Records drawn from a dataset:
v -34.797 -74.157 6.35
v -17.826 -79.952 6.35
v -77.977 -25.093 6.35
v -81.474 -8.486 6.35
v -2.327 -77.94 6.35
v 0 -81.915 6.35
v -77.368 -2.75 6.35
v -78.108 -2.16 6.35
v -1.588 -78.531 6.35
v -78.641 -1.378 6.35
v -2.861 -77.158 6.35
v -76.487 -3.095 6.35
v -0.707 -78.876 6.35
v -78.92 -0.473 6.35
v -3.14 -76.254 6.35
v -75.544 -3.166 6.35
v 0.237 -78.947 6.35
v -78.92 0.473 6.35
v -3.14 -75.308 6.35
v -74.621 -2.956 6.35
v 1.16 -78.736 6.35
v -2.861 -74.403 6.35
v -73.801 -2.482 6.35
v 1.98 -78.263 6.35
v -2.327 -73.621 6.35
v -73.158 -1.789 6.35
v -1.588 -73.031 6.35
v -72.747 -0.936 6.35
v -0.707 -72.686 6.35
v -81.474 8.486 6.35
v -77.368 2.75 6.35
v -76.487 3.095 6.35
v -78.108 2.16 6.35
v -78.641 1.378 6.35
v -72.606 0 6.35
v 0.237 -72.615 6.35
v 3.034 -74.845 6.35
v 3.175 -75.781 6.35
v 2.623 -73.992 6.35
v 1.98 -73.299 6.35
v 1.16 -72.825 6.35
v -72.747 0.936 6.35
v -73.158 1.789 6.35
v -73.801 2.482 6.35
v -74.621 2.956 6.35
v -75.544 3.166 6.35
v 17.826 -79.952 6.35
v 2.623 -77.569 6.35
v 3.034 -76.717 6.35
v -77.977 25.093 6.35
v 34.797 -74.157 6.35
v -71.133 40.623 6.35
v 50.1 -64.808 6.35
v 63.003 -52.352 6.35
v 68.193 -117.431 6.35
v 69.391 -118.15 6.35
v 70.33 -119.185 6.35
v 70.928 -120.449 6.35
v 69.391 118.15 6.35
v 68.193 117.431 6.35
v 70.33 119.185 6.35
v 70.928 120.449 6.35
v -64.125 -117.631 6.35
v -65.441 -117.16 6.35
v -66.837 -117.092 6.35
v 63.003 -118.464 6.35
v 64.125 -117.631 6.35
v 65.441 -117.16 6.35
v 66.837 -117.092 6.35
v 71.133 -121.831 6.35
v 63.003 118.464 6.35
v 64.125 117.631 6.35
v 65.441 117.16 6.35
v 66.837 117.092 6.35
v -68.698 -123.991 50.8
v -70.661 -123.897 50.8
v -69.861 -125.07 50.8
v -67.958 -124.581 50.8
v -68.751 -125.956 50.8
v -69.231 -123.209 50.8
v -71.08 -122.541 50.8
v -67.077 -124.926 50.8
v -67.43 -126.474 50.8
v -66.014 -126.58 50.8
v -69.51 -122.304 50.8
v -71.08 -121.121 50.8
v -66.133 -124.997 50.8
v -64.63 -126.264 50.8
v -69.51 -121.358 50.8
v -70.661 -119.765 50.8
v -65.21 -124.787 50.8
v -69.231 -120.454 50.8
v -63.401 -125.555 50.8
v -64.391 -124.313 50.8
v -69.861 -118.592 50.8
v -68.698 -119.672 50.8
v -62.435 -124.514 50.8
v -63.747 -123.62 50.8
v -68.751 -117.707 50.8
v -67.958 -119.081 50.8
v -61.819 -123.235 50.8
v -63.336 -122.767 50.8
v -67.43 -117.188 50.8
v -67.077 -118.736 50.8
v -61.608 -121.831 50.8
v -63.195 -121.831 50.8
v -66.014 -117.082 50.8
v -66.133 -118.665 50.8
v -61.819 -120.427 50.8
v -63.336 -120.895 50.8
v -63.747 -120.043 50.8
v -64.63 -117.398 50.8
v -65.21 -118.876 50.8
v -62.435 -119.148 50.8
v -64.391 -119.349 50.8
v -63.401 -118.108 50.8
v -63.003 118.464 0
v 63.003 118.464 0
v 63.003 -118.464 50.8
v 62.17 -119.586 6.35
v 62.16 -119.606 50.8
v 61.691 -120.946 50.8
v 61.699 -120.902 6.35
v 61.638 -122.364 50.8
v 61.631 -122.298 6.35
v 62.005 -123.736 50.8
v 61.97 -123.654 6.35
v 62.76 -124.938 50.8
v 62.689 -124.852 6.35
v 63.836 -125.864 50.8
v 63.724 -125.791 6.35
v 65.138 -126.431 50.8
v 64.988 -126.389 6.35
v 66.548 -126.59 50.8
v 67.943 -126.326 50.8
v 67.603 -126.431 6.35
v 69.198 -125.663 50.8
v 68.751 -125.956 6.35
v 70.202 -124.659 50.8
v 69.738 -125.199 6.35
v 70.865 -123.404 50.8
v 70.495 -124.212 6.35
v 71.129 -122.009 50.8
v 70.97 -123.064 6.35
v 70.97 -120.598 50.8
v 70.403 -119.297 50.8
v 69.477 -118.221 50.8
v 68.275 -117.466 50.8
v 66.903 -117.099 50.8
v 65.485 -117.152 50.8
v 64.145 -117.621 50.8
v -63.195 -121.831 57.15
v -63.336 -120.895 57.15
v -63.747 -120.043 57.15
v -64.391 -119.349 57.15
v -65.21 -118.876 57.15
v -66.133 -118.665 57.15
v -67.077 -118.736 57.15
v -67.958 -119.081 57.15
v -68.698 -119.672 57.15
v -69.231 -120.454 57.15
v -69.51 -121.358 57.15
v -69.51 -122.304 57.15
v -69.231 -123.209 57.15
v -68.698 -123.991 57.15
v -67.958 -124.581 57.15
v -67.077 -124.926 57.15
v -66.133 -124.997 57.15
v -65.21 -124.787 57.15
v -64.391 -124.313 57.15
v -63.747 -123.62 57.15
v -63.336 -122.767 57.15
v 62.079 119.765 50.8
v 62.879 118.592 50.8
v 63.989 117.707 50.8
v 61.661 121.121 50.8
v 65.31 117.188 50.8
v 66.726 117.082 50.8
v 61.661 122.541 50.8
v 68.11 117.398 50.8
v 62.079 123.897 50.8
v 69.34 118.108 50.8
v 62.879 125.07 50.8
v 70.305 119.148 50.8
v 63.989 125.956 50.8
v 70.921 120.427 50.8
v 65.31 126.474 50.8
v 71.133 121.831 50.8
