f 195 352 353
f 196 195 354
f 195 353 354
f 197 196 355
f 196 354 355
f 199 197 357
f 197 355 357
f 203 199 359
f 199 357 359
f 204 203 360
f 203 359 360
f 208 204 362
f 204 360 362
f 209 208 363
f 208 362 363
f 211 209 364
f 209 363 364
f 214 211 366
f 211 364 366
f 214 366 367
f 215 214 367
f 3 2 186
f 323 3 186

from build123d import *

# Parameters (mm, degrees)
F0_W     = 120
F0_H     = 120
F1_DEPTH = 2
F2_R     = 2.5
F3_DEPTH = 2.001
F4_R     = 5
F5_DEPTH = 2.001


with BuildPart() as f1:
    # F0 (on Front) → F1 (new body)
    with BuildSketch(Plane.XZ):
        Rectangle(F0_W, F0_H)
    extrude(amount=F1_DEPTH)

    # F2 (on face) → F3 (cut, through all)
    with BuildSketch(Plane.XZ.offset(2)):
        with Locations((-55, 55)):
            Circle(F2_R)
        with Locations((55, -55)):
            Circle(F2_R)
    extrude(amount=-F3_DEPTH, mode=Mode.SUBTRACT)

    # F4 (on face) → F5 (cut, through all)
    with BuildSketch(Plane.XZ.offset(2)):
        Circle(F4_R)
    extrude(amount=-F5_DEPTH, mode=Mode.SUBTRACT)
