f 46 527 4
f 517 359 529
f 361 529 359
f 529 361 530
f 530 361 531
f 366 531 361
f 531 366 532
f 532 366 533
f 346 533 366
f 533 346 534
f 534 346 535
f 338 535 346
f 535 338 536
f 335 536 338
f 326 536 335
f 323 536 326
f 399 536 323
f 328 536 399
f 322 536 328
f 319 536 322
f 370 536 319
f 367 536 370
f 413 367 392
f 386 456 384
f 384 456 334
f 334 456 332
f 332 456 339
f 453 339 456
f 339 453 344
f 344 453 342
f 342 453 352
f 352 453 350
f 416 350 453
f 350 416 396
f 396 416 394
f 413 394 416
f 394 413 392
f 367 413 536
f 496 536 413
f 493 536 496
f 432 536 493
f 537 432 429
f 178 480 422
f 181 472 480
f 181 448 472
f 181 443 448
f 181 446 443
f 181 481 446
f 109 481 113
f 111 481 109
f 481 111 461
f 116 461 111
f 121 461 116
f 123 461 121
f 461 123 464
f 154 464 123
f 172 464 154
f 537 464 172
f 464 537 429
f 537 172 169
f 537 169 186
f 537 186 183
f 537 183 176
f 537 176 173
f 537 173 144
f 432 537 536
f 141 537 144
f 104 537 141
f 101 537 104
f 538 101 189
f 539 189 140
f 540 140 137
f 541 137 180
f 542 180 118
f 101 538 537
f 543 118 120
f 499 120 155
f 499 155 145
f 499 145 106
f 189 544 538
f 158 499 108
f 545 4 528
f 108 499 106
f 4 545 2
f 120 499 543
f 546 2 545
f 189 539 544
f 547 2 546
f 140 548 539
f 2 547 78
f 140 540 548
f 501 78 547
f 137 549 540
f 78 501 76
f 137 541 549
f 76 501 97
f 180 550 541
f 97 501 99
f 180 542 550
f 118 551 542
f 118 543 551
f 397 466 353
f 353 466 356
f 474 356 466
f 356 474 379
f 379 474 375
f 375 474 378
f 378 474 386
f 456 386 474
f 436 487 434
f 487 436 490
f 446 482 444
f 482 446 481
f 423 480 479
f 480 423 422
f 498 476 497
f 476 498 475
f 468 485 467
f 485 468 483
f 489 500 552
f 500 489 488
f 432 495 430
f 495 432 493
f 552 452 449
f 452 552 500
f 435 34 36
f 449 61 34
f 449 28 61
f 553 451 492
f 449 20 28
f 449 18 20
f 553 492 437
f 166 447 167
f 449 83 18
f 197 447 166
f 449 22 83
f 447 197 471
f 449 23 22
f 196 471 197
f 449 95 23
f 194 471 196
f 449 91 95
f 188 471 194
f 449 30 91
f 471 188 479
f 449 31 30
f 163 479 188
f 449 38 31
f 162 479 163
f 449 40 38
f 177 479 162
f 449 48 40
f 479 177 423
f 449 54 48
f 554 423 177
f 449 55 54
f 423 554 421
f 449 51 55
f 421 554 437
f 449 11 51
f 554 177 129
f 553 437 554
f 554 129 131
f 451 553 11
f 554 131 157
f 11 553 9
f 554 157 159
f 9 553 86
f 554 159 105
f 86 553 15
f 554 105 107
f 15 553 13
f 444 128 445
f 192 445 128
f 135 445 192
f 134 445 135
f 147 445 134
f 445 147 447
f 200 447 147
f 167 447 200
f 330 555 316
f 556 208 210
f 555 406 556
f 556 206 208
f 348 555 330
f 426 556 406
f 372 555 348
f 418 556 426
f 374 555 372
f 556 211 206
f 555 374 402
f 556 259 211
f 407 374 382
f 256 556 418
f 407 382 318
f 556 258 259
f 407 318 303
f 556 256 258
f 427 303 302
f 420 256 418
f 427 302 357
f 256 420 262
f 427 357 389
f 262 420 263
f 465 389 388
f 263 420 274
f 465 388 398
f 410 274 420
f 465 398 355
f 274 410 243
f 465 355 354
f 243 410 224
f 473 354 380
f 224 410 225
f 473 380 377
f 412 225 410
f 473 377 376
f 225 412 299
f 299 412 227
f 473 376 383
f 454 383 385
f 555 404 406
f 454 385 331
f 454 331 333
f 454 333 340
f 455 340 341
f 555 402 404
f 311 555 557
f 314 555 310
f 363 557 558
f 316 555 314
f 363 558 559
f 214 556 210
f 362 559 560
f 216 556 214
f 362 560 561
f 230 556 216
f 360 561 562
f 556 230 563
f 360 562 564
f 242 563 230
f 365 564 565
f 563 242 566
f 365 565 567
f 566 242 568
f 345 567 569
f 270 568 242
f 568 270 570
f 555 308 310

§ What to do
As listed above, the lines from the line with "f 449 28 61" to the line with "f 445 147 447" are to be echoed exactly, with both ends included and nothing added.

§ Exercise solution
f 449 28 61
f 553 451 492
f 449 20 28
f 449 18 20
f 553 492 437
f 166 447 167
f 449 83 18
f 197 447 166
f 449 22 83
f 447 197 471
f 449 23 22
f 196 471 197
f 449 95 23
f 194 471 196
f 449 91 95
f 188 471 194
f 449 30 91
f 471 188 479
f 449 31 30
f 163 479 188
f 449 38 31
f 162 479 163
f 449 40 38
f 177 479 162
f 449 48 40
f 479 177 423
f 449 54 48
f 554 423 177
f 449 55 54
f 423 554 421
f 449 51 55
f 421 554 437
f 449 11 51
f 554 177 129
f 553 437 554
f 554 129 131
f 451 553 11
f 554 131 157
f 11 553 9
f 554 157 159
f 9 553 86
f 554 159 105
f 86 553 15
f 554 105 107
f 15 553 13
f 444 128 445
f 192 445 128
f 135 445 192
f 134 445 135
f 147 445 134
f 445 147 447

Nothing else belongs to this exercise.